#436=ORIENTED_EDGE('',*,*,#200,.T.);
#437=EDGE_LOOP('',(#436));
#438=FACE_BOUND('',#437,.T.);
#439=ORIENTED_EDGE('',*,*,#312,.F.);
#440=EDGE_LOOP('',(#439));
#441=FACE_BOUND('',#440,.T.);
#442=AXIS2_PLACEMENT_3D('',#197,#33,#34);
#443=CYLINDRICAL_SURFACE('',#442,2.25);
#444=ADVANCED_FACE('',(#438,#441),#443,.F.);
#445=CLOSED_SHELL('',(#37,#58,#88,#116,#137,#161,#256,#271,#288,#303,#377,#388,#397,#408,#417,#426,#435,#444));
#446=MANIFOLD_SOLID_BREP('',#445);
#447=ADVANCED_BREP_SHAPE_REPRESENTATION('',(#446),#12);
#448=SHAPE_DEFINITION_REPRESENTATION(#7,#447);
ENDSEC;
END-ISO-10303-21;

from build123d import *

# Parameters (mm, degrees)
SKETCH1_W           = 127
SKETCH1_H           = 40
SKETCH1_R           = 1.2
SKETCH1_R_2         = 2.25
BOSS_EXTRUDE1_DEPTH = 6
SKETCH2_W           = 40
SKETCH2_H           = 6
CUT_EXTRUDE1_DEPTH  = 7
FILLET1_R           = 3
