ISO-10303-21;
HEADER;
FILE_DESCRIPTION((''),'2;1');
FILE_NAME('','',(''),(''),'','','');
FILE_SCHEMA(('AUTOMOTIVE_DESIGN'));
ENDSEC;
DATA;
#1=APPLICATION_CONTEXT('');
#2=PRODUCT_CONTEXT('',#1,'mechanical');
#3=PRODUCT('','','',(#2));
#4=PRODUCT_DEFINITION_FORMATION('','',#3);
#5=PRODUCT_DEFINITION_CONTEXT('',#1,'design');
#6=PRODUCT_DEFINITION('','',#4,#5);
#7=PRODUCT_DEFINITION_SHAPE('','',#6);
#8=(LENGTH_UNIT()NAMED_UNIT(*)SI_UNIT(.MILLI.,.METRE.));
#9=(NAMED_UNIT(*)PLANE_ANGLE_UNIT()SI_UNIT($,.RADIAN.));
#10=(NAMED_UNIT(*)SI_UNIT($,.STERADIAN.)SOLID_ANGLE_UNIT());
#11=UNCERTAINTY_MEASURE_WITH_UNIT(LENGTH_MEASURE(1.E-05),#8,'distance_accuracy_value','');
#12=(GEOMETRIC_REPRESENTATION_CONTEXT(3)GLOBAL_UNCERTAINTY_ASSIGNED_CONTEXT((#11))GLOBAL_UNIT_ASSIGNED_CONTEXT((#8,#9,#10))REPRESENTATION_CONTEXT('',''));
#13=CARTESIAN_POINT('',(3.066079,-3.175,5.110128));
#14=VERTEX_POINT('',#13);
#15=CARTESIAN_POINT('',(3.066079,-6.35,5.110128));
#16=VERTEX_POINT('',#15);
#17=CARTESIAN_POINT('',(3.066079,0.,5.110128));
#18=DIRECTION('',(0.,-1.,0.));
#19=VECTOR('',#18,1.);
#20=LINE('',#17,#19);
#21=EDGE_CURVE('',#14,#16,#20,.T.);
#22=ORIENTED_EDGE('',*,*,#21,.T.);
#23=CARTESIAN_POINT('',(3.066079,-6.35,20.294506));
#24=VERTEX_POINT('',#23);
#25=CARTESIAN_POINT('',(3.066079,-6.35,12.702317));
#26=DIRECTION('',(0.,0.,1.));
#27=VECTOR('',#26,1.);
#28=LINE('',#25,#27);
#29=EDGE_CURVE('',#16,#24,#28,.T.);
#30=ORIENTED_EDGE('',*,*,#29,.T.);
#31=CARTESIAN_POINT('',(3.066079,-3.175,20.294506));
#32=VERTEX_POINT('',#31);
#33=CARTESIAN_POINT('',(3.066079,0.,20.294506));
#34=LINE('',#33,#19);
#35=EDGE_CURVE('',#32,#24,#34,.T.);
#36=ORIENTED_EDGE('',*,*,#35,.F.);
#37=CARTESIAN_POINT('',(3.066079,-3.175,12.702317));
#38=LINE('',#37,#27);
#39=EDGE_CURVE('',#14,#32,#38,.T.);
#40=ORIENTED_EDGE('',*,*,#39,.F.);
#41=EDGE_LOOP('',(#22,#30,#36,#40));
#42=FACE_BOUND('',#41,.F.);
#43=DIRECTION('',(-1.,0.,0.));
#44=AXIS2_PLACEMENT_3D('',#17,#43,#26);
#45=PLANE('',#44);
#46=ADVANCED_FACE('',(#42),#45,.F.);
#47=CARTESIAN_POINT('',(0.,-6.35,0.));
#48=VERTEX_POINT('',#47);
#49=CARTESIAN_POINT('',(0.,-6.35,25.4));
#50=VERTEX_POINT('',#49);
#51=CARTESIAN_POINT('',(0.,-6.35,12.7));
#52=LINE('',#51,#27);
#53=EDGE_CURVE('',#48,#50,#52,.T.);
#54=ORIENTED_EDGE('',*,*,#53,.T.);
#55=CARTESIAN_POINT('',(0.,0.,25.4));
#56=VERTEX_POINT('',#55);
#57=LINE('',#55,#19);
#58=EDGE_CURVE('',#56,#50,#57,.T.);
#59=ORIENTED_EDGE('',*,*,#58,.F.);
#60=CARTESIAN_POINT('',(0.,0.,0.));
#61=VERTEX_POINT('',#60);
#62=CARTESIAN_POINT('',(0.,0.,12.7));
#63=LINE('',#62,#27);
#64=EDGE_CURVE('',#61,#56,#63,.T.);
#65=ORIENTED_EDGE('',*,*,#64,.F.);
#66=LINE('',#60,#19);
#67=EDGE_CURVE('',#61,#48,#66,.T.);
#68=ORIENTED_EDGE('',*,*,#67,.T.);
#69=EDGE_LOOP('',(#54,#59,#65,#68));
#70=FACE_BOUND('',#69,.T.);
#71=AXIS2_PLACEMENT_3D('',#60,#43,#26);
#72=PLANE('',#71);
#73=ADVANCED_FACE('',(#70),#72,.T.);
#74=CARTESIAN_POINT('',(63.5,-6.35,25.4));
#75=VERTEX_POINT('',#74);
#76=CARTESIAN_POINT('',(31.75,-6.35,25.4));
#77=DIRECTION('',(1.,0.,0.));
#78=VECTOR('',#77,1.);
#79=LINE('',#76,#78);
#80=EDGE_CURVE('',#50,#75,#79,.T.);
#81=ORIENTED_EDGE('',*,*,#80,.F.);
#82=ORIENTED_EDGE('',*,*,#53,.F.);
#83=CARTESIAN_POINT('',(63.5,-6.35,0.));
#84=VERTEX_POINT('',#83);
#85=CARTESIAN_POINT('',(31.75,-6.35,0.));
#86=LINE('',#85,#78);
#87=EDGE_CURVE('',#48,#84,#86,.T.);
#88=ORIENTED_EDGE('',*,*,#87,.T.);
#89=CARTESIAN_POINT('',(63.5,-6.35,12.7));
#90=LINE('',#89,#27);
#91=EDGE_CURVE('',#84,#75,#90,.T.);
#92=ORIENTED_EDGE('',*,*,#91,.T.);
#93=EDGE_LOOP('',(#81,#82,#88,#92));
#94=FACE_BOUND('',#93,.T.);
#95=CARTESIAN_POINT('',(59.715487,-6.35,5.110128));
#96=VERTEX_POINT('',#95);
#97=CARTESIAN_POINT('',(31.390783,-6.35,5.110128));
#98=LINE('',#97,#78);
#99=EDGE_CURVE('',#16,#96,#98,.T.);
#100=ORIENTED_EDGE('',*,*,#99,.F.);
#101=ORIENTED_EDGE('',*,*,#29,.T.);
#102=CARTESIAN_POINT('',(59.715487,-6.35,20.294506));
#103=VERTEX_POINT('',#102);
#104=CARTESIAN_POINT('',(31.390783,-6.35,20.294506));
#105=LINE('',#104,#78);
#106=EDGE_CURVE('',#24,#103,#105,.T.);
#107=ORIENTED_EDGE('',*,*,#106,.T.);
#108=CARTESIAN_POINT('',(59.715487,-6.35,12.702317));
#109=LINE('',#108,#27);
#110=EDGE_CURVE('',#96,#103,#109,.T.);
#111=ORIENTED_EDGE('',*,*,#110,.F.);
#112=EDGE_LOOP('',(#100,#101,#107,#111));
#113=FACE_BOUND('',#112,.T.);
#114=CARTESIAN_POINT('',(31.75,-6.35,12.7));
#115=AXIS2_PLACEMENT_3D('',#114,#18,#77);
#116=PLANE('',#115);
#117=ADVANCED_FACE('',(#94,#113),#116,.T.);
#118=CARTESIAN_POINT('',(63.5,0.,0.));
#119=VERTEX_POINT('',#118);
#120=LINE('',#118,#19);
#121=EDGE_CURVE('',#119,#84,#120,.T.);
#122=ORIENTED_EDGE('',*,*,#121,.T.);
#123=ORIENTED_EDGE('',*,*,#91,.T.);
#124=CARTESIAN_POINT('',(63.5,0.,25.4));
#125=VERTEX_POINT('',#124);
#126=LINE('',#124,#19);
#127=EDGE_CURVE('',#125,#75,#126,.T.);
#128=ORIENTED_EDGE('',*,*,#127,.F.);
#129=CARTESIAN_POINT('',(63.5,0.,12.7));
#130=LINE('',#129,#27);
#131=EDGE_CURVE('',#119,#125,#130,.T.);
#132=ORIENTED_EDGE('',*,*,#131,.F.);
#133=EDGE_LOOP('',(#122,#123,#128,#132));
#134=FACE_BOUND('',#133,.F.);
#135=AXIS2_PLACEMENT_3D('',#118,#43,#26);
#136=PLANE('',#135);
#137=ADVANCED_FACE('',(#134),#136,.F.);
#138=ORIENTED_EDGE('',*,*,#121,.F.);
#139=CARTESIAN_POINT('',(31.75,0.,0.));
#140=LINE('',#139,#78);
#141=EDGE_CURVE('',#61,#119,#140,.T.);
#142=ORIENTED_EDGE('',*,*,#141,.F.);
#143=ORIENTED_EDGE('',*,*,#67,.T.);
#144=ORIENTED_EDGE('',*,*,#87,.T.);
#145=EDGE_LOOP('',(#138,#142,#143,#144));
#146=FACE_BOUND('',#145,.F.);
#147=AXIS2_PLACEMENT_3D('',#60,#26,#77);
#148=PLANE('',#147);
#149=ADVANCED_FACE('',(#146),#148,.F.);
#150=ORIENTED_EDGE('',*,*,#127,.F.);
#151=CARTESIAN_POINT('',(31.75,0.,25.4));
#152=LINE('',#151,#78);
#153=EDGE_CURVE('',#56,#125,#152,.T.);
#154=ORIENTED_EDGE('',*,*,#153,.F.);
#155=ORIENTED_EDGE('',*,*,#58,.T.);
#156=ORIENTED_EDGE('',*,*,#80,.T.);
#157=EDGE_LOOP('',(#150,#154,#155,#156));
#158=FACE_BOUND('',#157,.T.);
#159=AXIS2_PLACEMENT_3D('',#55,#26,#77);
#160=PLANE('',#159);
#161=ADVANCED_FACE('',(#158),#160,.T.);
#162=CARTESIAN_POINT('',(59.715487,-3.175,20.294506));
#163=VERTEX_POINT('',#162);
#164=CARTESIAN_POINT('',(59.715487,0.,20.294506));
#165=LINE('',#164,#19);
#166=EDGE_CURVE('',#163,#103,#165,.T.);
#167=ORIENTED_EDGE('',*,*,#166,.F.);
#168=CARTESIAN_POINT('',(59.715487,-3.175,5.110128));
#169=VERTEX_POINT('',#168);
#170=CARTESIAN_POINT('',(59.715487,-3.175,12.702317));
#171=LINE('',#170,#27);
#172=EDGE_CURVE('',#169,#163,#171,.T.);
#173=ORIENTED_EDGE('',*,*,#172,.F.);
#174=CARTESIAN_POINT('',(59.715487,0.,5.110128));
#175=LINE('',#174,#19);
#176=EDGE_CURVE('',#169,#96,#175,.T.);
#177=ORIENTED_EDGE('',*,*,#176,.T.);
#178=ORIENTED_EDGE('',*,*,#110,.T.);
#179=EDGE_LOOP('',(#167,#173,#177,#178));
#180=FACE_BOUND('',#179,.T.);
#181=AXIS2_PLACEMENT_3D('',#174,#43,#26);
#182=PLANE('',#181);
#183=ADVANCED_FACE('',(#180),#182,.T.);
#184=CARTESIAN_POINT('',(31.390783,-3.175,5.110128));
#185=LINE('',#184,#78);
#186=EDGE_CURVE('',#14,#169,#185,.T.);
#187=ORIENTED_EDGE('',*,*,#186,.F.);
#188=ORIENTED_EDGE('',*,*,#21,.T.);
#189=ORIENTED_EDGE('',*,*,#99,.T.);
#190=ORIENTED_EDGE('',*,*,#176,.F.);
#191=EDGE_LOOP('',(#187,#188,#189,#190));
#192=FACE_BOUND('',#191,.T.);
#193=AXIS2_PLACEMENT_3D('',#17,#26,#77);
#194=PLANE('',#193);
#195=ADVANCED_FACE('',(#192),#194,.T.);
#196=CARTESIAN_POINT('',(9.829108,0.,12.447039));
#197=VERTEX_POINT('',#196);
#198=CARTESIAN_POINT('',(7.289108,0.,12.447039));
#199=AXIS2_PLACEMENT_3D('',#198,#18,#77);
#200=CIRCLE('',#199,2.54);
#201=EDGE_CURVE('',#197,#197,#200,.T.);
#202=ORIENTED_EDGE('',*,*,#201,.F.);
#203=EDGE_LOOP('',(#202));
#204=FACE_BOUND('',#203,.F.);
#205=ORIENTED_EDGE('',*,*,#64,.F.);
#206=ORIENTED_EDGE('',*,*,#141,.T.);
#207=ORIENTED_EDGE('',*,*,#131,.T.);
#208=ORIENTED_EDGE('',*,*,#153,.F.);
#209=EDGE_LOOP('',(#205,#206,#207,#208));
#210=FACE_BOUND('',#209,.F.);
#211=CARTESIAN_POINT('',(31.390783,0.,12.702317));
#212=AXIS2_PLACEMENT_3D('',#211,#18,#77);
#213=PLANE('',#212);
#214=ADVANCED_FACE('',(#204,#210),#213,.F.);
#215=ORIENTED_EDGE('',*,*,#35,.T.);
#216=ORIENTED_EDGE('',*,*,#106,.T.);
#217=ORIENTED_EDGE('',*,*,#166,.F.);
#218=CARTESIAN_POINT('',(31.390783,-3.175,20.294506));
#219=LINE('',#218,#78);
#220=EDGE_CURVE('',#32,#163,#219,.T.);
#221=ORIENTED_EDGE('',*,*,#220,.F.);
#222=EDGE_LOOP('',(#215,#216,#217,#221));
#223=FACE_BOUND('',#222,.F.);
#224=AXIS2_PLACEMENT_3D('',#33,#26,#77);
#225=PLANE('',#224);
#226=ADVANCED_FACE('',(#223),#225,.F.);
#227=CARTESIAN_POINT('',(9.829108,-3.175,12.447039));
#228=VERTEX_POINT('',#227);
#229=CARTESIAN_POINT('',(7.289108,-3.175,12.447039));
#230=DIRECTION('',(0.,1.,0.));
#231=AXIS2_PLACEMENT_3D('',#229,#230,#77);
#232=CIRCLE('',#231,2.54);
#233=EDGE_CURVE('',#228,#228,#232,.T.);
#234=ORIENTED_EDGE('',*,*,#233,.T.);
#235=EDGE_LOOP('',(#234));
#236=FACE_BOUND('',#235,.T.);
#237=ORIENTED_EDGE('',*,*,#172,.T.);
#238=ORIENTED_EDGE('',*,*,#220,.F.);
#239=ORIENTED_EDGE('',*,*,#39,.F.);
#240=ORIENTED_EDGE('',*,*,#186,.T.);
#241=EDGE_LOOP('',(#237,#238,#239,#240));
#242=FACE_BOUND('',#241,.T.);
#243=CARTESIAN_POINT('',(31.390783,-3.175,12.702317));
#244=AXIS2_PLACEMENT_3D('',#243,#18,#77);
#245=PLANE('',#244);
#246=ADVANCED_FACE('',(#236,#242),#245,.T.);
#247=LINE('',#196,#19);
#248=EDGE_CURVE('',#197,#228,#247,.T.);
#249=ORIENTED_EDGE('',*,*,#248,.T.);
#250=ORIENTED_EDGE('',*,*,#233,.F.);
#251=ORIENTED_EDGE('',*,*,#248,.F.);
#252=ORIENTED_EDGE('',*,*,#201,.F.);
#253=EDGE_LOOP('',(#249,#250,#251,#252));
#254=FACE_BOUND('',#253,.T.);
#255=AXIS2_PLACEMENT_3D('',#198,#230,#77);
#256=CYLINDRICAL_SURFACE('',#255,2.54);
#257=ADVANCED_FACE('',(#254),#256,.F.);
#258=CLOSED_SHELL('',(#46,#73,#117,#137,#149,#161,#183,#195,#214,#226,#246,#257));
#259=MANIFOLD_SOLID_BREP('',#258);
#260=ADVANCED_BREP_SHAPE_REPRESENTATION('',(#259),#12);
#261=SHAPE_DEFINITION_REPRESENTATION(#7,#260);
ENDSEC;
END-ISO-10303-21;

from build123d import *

# Parameters (mm, degrees)
F0_W     = 63.5
F0_H     = 25.4
F0_W_2   = 56.649408
F0_H_2   = 15.184378
F1_DEPTH = 6.35
F2_DEPTH = 3.175
F3_R     = 2.54
F4_DEPTH = 25.4


with BuildPart() as f1:
    # F0 (on Front) → F1 (new body)
    with BuildSketch(Plane.XZ):
        with Locations((31.75, 12.7)):
            Rectangle(F0_W, F0_H)
        with Locations((31.390783, 12.702317)):
            Rectangle(F0_W_2, F0_H_2, mode=Mode.SUBTRACT)
    extrude(amount=F1_DEPTH)

    # F0 (on Front) → F2 (join)
    with BuildSketch(Plane.XZ):
        with Locations((31.390783, 12.702317)):
            Rectangle(F0_W_2, F0_H_2)
    extrude(amount=F2_DEPTH)

    # F3 (on Front) → F4 (cut)
    with BuildSketch(Plane.XZ):
        with Locations((7.289108, 12.447039)):
            Circle(F3_R)
    extrude(amount=F4_DEPTH, mode=Mode.SUBTRACT)


solid = f1.part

+++

What to work on
Among the entries above, the lines between the ones containing "#141=EDGE_CURVE('',#61,#119,#140,.T.);" and "#155=ORIENTED_EDGE('',*,*,#58,.T.);", inclusive, are to be transcribed exactly. No other line is to be given.

Expected answer
#141=EDGE_CURVE('',#61,#119,#140,.T.);
#142=ORIENTED_EDGE('',*,*,#141,.F.);
#143=ORIENTED_EDGE('',*,*,#67,.T.);
#144=ORIENTED_EDGE('',*,*,#87,.T.);
#145=EDGE_LOOP('',(#138,#142,#143,#144));
#146=FACE_BOUND('',#145,.F.);
#147=AXIS2_PLACEMENT_3D('',#60,#26,#77);
#148=PLANE('',#147);
#149=ADVANCED_FACE('',(#146),#148,.F.);
#150=ORIENTED_EDGE('',*,*,#127,.F.);
#151=CARTESIAN_POINT('',(31.75,0.,25.4));
#152=LINE('',#151,#78);
#153=EDGE_CURVE('',#56,#125,#152,.T.);
#154=ORIENTED_EDGE('',*,*,#153,.F.);
#155=ORIENTED_EDGE('',*,*,#58,.T.);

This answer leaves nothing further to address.